LDPC codes were introduced by Gallager in 1962 and rediscovered in 1996 by Mac Kay and Neal. For a long time they had no practical impact due to their computational and implementation complexity. This changed with advances in microelectronics that led to more computational power at hand for simulation and which now enables implementation. Due to their excellent error correction performance they are considered for future telecommunication standards.
An LDPC code is a linear block code defined by its sparse M×N parity check matrix H. It contains j ones per column and k ones per row, called row and column degree respectively. A (j, k)-regular LDPC code has row and column degree of uniform weight, otherwise the code is called irregular. A parity check code can be represented by a bipartite graph also called Tanner graph. The M check nodes correspond to the parity constraints, the N variable nodes represent the data symbols of the codeword. An edge in the graph corresponds to a one in the parity check matrix.

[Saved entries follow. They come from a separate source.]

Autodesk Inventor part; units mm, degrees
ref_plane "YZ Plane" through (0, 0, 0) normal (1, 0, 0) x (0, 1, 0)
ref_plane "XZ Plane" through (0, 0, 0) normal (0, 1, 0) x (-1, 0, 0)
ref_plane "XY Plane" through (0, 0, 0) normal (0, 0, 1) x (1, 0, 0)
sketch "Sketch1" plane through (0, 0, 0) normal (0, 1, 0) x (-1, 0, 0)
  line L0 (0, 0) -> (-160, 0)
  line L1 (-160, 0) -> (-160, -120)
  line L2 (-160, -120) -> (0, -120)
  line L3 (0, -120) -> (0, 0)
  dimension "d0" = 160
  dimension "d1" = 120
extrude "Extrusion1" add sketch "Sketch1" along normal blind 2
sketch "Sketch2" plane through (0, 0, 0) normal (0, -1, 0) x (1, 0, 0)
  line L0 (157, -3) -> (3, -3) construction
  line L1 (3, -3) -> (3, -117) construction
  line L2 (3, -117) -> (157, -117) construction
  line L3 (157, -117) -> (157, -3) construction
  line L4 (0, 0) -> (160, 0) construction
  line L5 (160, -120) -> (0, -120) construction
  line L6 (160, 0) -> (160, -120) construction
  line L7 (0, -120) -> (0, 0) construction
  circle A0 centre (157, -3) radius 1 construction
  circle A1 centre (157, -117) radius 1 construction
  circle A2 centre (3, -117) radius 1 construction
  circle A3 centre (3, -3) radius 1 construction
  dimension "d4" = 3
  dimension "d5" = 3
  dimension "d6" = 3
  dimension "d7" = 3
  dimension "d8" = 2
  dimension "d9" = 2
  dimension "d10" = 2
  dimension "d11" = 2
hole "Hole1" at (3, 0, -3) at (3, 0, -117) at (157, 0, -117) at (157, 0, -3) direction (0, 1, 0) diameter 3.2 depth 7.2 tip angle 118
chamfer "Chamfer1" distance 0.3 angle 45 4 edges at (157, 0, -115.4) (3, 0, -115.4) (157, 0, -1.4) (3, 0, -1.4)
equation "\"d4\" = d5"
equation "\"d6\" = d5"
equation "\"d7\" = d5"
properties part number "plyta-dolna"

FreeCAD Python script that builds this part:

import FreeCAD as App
import Part
import Sketcher


def edges_at(feature, points):
    """Names of the edges that pass closest to the given points."""
    edges = feature.Shape.Edges
    near = lambda p: min(range(len(edges)), key=lambda i: edges[i].distToShape(Part.Vertex(*p))[0])
    return sorted({f"Edge{near(p) + 1}" for p in points})


def add_polygon(sketch, points):
    """Adds a closed chain of lines whose ends are joined by coincident constraints."""
    first, n = sketch.GeometryCount, len(points)
    for a, b in zip(points, points[1:] + points[:1]):
        sketch.addGeometry(Part.LineSegment(App.Vector(*a, 0), App.Vector(*b, 0)), False)
    for i in range(n):
        sketch.addConstraint(Sketcher.Constraint("Coincident", first + i, 2, first + (i + 1) % n, 1))

doc = App.newDocument("Part")
body = doc.addObject("PartDesign::Body", "Body")

# Sketch on XZ plane
sketch1 = doc.addObject("Sketcher::SketchObject", "Sketch")
body.addObject(sketch1)
sketch1.AttachmentSupport = (doc.XZ_Plane, [""])
sketch1.MapMode = "FlatFace"
add_polygon(sketch1, [(0, -120), (0, 0), (160, 0), (160, -120)])  # lines 0-3
sketch1.addConstraint(Sketcher.Constraint("Vertical", 0))
sketch1.addConstraint(Sketcher.Constraint("Horizontal", 1))
sketch1.addConstraint(Sketcher.Constraint("Vertical", 2))
sketch1.addConstraint(Sketcher.Constraint("Horizontal", 3))
sketch1.addConstraint(Sketcher.Constraint("Coincident", 0, 2, -1, 1))
sketch1.addConstraint(Sketcher.Constraint("DistanceX", 1, 1, 1, 2, 160.0))
sketch1.addConstraint(Sketcher.Constraint("DistanceY", 0, 1, 0, 2, 120.0))
pad1 = doc.addObject("PartDesign::Pad", "Pad")
body.addObject(pad1)
pad1.Profile = sketch1
pad1.Length = 2
pad1.Reversed = True

# Sketch on XZ plane
sketch2 = doc.addObject("Sketcher::SketchObject", "Sketch001")
body.addObject(sketch2)
sketch2.AttachmentSupport = (doc.XZ_Plane, [""])
sketch2.MapMode = "FlatFace"
sketch2.addGeometry(Part.Circle(App.Vector(3, -3, 0), App.Vector(0, 0, 1), 1.6), False)
sketch2.addGeometry(Part.Circle(App.Vector(3, -117, 0), App.Vector(0, 0, 1), 1.6), False)
sketch2.addGeometry(Part.Circle(App.Vector(157, -117, 0), App.Vector(0, 0, 1), 1.6), False)
sketch2.addGeometry(Part.Circle(App.Vector(157, -3, 0), App.Vector(0, 0, 1), 1.6), False)
sketch2.addConstraint(Sketcher.Constraint("Equal", 0, 1))
sketch2.addConstraint(Sketcher.Constraint("Equal", 1, 2))
sketch2.addConstraint(Sketcher.Constraint("Equal", 2, 3))
sketch2.addConstraint(Sketcher.Constraint("Horizontal", 1, 3, 2, 3))
sketch2.addConstraint(Sketcher.Constraint("Horizontal", 0, 3, 3, 3))
sketch2.addConstraint(Sketcher.Constraint("Vertical", 0, 3, 1, 3))
sketch2.addConstraint(Sketcher.Constraint("Vertical", 2, 3, 3, 3))
sketch2.addConstraint(Sketcher.Constraint("Diameter", 0, 3.2))
sketch2.addConstraint(Sketcher.Constraint("DistanceX", -1, 1, 0, 3, 3.0))
sketch2.addConstraint(Sketcher.Constraint("DistanceY", 0, 3, -1, 1, 3.0))
sketch2.addConstraint(Sketcher.Constraint("DistanceY", 1, 3, -1, 1, 117.0))
sketch2.addConstraint(Sketcher.Constraint("DistanceX", -1, 1, 2, 3, 157.0))
doc.recompute()
hole = doc.addObject("PartDesign::Hole", "Hole")
body.addObject(hole)
hole.Profile = sketch2
hole.ThreadType = "None"
hole.Diameter = 3.2
hole.DepthType = "Dimension"
hole.Depth = 7.2
hole.DrillPoint = "Angled"
hole.DrillPointAngle = 118
doc.recompute()

chamfer = doc.addObject("PartDesign::Chamfer", "Chamfer")
body.addObject(chamfer)
chamfer.Base = (hole, edges_at(hole, [
    (157, 0, -115.4),
    (3, 0, -115.4),
    (157, 0, -1.4),
    (3, 0, -1.4),
]))
chamfer.Size = 0.3

doc.recompute()
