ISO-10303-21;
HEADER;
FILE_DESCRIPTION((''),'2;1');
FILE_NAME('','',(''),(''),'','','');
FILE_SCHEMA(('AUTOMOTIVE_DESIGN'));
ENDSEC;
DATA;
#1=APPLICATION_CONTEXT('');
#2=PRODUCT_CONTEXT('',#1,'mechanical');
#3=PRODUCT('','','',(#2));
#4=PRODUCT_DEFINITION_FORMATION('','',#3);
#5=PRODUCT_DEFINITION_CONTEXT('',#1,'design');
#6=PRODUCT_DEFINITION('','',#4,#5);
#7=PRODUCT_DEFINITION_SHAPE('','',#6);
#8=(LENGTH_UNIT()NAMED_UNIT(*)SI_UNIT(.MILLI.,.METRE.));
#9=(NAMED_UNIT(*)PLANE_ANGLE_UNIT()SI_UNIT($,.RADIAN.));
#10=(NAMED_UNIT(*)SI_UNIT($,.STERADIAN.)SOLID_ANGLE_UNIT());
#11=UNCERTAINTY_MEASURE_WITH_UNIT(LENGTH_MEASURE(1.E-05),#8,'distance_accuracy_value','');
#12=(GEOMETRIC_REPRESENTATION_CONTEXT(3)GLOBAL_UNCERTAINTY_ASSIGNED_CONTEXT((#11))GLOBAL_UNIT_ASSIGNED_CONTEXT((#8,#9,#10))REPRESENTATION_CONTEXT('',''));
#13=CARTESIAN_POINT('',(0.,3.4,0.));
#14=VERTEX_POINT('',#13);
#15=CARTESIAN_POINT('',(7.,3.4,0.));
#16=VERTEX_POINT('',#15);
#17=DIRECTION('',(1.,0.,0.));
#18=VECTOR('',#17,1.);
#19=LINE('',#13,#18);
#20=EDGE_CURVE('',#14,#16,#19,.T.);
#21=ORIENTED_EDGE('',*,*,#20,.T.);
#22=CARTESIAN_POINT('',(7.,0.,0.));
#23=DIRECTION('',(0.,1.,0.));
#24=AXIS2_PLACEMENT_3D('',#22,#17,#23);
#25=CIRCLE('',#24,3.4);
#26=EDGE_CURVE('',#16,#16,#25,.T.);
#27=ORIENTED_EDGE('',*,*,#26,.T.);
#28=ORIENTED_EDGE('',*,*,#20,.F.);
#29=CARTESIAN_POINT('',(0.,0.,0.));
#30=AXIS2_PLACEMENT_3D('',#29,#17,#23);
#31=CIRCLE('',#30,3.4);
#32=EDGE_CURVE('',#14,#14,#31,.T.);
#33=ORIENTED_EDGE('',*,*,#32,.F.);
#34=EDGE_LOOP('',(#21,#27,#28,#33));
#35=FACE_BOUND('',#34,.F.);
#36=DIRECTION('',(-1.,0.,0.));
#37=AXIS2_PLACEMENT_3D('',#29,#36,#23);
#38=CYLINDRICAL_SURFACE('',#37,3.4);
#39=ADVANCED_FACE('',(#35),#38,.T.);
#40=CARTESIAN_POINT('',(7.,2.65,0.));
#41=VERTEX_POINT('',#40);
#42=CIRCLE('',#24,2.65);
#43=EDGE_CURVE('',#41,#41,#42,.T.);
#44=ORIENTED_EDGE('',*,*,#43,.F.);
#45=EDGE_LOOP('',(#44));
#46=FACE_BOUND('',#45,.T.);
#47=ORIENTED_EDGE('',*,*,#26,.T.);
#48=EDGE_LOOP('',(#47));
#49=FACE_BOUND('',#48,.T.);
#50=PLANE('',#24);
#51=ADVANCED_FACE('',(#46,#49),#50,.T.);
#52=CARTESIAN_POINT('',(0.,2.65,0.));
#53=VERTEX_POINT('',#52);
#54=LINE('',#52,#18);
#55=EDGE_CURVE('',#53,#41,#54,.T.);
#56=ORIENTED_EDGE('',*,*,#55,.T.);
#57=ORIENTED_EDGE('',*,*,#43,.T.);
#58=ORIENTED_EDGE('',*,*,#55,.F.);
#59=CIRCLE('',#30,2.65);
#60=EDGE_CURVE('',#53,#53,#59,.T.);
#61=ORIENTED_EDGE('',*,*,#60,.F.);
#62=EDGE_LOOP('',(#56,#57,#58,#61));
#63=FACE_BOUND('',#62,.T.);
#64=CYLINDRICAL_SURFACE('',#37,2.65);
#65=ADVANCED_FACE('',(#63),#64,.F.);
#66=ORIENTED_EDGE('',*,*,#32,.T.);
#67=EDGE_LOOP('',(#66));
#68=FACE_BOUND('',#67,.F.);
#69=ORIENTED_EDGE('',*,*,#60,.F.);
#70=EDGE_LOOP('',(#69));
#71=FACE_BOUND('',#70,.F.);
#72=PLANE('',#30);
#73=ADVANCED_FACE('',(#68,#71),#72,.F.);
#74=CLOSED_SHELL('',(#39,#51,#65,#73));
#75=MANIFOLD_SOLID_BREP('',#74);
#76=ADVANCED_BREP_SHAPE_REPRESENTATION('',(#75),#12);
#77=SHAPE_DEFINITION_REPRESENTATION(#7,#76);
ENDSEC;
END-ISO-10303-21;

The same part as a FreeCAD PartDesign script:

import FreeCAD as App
import Part
import Sketcher
Q = App.Units.Quantity

doc = App.newDocument("Part")
body = doc.addObject("PartDesign::Body", "Body")

sketch1 = body.newObject("Sketcher::SketchObject", "Sketch")
sketch1.AttachmentSupport = (doc.getObject("YZ_Plane"), [""])
sketch1.MapMode = "FlatFace"
sketch1.addGeometry([
    Part.Circle(App.Vector(0, 0, 0), App.Vector(0, 0, 1), 3.4),
    Part.Circle(App.Vector(0, 0, 0), App.Vector(0, 0, 1), 2.65),
], False)
sketch1.addConstraint([
    Sketcher.Constraint("Coincident", 0, 3, -1, 1),
    Sketcher.Constraint("Coincident", 1, 3, -1, 1),
    Sketcher.Constraint("Diameter", 0, Q("6.8 mm")),
    Sketcher.Constraint("Diameter", 1, Q("5.3 mm")),
])
pad1 = body.newObject("PartDesign::Pad", "Pad")
pad1.Profile = sketch1
pad1.Length = 7

doc.recompute()
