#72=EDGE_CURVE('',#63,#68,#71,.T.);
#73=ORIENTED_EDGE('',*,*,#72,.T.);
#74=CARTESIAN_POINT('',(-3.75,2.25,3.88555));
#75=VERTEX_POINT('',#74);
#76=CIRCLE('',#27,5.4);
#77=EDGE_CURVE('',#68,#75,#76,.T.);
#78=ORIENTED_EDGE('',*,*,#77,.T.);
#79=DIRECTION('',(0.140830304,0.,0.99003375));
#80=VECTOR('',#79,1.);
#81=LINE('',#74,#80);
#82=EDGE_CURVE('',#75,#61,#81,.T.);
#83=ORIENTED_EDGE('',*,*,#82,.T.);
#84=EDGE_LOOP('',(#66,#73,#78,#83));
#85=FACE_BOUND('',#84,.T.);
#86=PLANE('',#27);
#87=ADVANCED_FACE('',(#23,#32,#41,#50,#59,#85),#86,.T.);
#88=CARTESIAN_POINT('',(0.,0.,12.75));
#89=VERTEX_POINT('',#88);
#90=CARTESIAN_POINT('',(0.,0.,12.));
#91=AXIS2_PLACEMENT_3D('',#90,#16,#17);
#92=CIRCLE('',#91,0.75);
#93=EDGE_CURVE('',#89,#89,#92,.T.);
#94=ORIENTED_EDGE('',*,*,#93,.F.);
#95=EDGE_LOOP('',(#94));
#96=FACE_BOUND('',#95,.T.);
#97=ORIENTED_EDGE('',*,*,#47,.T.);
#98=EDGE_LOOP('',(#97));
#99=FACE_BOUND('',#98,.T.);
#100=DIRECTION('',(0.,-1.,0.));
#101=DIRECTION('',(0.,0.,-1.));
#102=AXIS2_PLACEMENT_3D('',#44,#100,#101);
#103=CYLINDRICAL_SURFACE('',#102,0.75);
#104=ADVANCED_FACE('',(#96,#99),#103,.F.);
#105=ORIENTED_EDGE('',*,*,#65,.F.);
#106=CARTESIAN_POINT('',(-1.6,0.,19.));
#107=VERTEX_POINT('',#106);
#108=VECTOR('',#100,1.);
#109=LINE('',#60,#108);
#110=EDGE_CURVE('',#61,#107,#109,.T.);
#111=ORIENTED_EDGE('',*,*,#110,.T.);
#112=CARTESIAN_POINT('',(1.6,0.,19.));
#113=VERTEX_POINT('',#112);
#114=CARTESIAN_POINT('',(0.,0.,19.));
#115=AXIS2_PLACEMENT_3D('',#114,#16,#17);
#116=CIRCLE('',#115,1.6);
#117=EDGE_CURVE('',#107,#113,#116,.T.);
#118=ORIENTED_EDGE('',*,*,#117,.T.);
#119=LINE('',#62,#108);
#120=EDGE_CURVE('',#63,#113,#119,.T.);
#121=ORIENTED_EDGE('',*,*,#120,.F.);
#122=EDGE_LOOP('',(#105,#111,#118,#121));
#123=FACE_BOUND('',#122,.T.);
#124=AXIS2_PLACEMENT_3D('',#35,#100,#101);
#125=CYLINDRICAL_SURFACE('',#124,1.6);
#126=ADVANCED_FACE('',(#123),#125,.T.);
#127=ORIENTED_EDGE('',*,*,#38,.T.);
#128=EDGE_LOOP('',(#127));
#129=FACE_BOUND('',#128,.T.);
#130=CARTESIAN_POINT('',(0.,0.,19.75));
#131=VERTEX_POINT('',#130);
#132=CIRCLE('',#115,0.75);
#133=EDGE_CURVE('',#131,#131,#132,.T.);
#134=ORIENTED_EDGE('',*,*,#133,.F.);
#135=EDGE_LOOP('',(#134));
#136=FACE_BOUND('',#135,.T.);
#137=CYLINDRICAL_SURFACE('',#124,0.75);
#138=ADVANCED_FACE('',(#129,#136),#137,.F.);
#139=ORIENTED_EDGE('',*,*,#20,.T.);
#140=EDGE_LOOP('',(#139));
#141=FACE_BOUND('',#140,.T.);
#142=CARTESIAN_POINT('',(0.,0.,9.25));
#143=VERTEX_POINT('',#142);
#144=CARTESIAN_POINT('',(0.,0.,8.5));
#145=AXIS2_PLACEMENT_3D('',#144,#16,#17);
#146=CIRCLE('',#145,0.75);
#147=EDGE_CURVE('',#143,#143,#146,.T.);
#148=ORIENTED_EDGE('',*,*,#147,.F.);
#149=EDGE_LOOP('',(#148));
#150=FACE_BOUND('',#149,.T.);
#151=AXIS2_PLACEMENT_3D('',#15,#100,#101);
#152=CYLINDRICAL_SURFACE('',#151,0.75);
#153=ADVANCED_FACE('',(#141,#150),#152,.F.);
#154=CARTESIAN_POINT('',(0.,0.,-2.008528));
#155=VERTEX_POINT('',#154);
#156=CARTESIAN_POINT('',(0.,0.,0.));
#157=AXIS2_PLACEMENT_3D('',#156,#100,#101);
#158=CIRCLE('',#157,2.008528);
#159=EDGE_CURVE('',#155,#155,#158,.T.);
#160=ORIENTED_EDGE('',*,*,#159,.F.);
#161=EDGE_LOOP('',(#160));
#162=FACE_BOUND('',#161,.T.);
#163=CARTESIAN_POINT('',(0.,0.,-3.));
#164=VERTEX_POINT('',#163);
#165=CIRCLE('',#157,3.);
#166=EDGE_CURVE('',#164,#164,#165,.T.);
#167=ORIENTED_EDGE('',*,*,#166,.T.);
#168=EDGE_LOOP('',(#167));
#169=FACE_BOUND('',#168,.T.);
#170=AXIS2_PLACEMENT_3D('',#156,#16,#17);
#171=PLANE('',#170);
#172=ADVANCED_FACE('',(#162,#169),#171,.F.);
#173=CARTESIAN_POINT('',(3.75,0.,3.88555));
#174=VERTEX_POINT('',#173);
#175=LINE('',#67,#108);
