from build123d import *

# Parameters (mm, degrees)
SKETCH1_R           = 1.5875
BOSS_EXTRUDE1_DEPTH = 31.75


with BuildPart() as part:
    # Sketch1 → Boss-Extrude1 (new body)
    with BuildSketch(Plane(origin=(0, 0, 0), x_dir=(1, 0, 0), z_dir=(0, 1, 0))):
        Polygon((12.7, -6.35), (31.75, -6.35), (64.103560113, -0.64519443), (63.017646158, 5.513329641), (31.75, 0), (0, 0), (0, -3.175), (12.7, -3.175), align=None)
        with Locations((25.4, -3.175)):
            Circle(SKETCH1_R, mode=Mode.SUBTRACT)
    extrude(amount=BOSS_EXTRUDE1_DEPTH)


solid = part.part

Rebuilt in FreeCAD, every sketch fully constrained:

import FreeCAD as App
import Part
import Sketcher
Q = App.Units.Quantity

doc = App.newDocument("Part")
body = doc.addObject("PartDesign::Body", "Body")

sketch1 = body.newObject("Sketcher::SketchObject", "Sketch")
sketch1.AttachmentSupport = (doc.getObject("XZ_Plane"), [""])
sketch1.MapMode = "FlatFace"
sketch1.addGeometry([
    Part.LineSegment(App.Vector(12.7, 6.3, 0), App.Vector(31.8, 6.3, 0)),
    Part.LineSegment(App.Vector(31.8, 6.3, 0), App.Vector(64.1, 0.6, 0)),
    Part.LineSegment(App.Vector(64.1, 0.6, 0), App.Vector(63, -5.5, 0)),
    Part.LineSegment(App.Vector(63, -5.5, 0), App.Vector(31.8, 0, 0)),
    Part.LineSegment(App.Vector(31.8, 0, 0), App.Vector(0, 0, 0)),
    Part.LineSegment(App.Vector(0, 0, 0), App.Vector(0, 3.2, 0)),
    Part.LineSegment(App.Vector(0, 3.2, 0), App.Vector(12.7, 3.2, 0)),
    Part.LineSegment(App.Vector(12.7, 3.2, 0), App.Vector(12.7, 6.3, 0)),
    Part.Circle(App.Vector(25.4, 3.2, 0), App.Vector(0, 0, 1), 1.6),
], False)
sketch1.addConstraint([
    Sketcher.Constraint("Coincident", 0, 2, 1, 1),
    Sketcher.Constraint("Coincident", 1, 2, 2, 1),
    Sketcher.Constraint("Coincident", 2, 2, 3, 1),
    Sketcher.Constraint("Coincident", 3, 2, 4, 1),
    Sketcher.Constraint("Coincident", 4, 2, 5, 1),
    Sketcher.Constraint("Coincident", 5, 2, 6, 1),
    Sketcher.Constraint("Coincident", 6, 2, 7, 1),
    Sketcher.Constraint("Coincident", 7, 2, 0, 1),
    Sketcher.Constraint("Horizontal", 0),
    Sketcher.Constraint("Horizontal", 4),
    Sketcher.Constraint("Vertical", 5),
    Sketcher.Constraint("Horizontal", 6),
    Sketcher.Constraint("Vertical", 7),
    Sketcher.Constraint("Coincident", 4, 2, -1, 1),
    Sketcher.Constraint("Perpendicular", 1, 2),
    Sketcher.Constraint("Perpendicular", 2, 3),
    Sketcher.Constraint("Horizontal", 8, 3, 5, 2),
    Sketcher.Constraint("Vertical", 0, 2, 3, 2),
    Sketcher.Constraint("Equal", 5, 7),
    Sketcher.Constraint("Diameter", 8, Q("0.125 in")),
    Sketcher.Constraint("DistanceX", 6, 1, 6, 2, Q("0.5 in")),
    Sketcher.Constraint("DistanceX", -1, 1, 8, 3, Q("1 in")),
    Sketcher.Constraint("Angle", 1, Q("-10 deg")),
    Sketcher.Constraint("DistanceX", 0, 1, 0, 2, Q("0.75 in")),
    Sketcher.Constraint("Distance", 3, Q("1.25 in")),
    Sketcher.Constraint("DistanceY", 5, 1, 5, 2, Q("0.125 in")),
])
pad1 = body.newObject("PartDesign::Pad", "Pad")
pad1.Profile = sketch1
pad1.Length = Q("1.25 in")
pad1.Reversed = True

doc.recompute()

In the LDPC code encoder the packet to encode of size (N−M) is multiplied with a generator matrix G of size (N−M)×N. This multiplication leads to an encoded vector of length N. The generator matrix G and the parity check matrix H satisfy the relation GHt=0 where 0 is the null matrix.
Generally speaking a LDPC code decoder comprises a decoding module which receives the encoded vector of length N and delivers an intermediate vector of length N by using the parity check matrix H. Then a demapping module extracts from said intermediate vector the decoded vector of length (N−M). More precisely LDPC codes can be decoded using message passing algorithms, either in hard or soft decision form. The decoding is then an iterative process, which exchanges messages between variable and check nodes. Typically a Belief Propagation (BP) algorithm is used, which exchanges soft-information iteratively between variable and check nodes. The code performance mainly depends on the randomness of the parity check matrix H, the codeword size N and the code rate R=(N−M)/N.
The channel coding part is a very important component in wireless communication systems like UMTS, WLAN and WPAN. Especially in the domain of WLAN and WPAN the latency of the decoding may be of a critical importance. Low Density Parity Check codes can be seen as a promising candidate for this kind of system in the near future. These codes are being deployed in the DVB-S2 standard and in some optical fiber communication systems. More applications will follow in the near future.
The codes have some very interesting properties, which make them a natural choice for latency critical application. The new DVB-S2 standard features a powerful forward error correction (FEC) system, which enables transmission close to the theoretical limit, and that is enabled by using LDPC codes, which can even outperform Turbo-Codes. To provide flexibility, 11 different code rates (R) ranging from R=¼ up to R= 9/10 are specified with a codeword length up to 64800 bits. This huge maximum codeword length is the reason for outstanding communication performance, so the codeword length of 64800 bits is described.
For the DVB-S2 code, 64800 so called variable nodes (VN) and 64800×(1−R) check nodes (CN) exist. The connectivity of these two types of nodes is specified in the standard. The variable nodes comprise information nodes and parity nodes. For decoding the LDPC code, messages are exchanged iteratively between these two types of nodes, while the node processing is of low complexity. Generally, within one iteration, first the variable nodes (VN) are processed, then the check nodes (CN).
For a fully parallel hardware realization, each node is instantiated and the connections between the nodes are hardwired. But even for relatively short block length like 1024 bits, severe routing congestion problems exist. Therefore, a partly parallel architecture may become mandatory for larger block length, where only a subset of nodes are instantiated. With a parallel architecture, during a first phase, all the variable nodes including the information nodes and the parity nodes are processed, subset by subset, then the check nodes, subset by subset.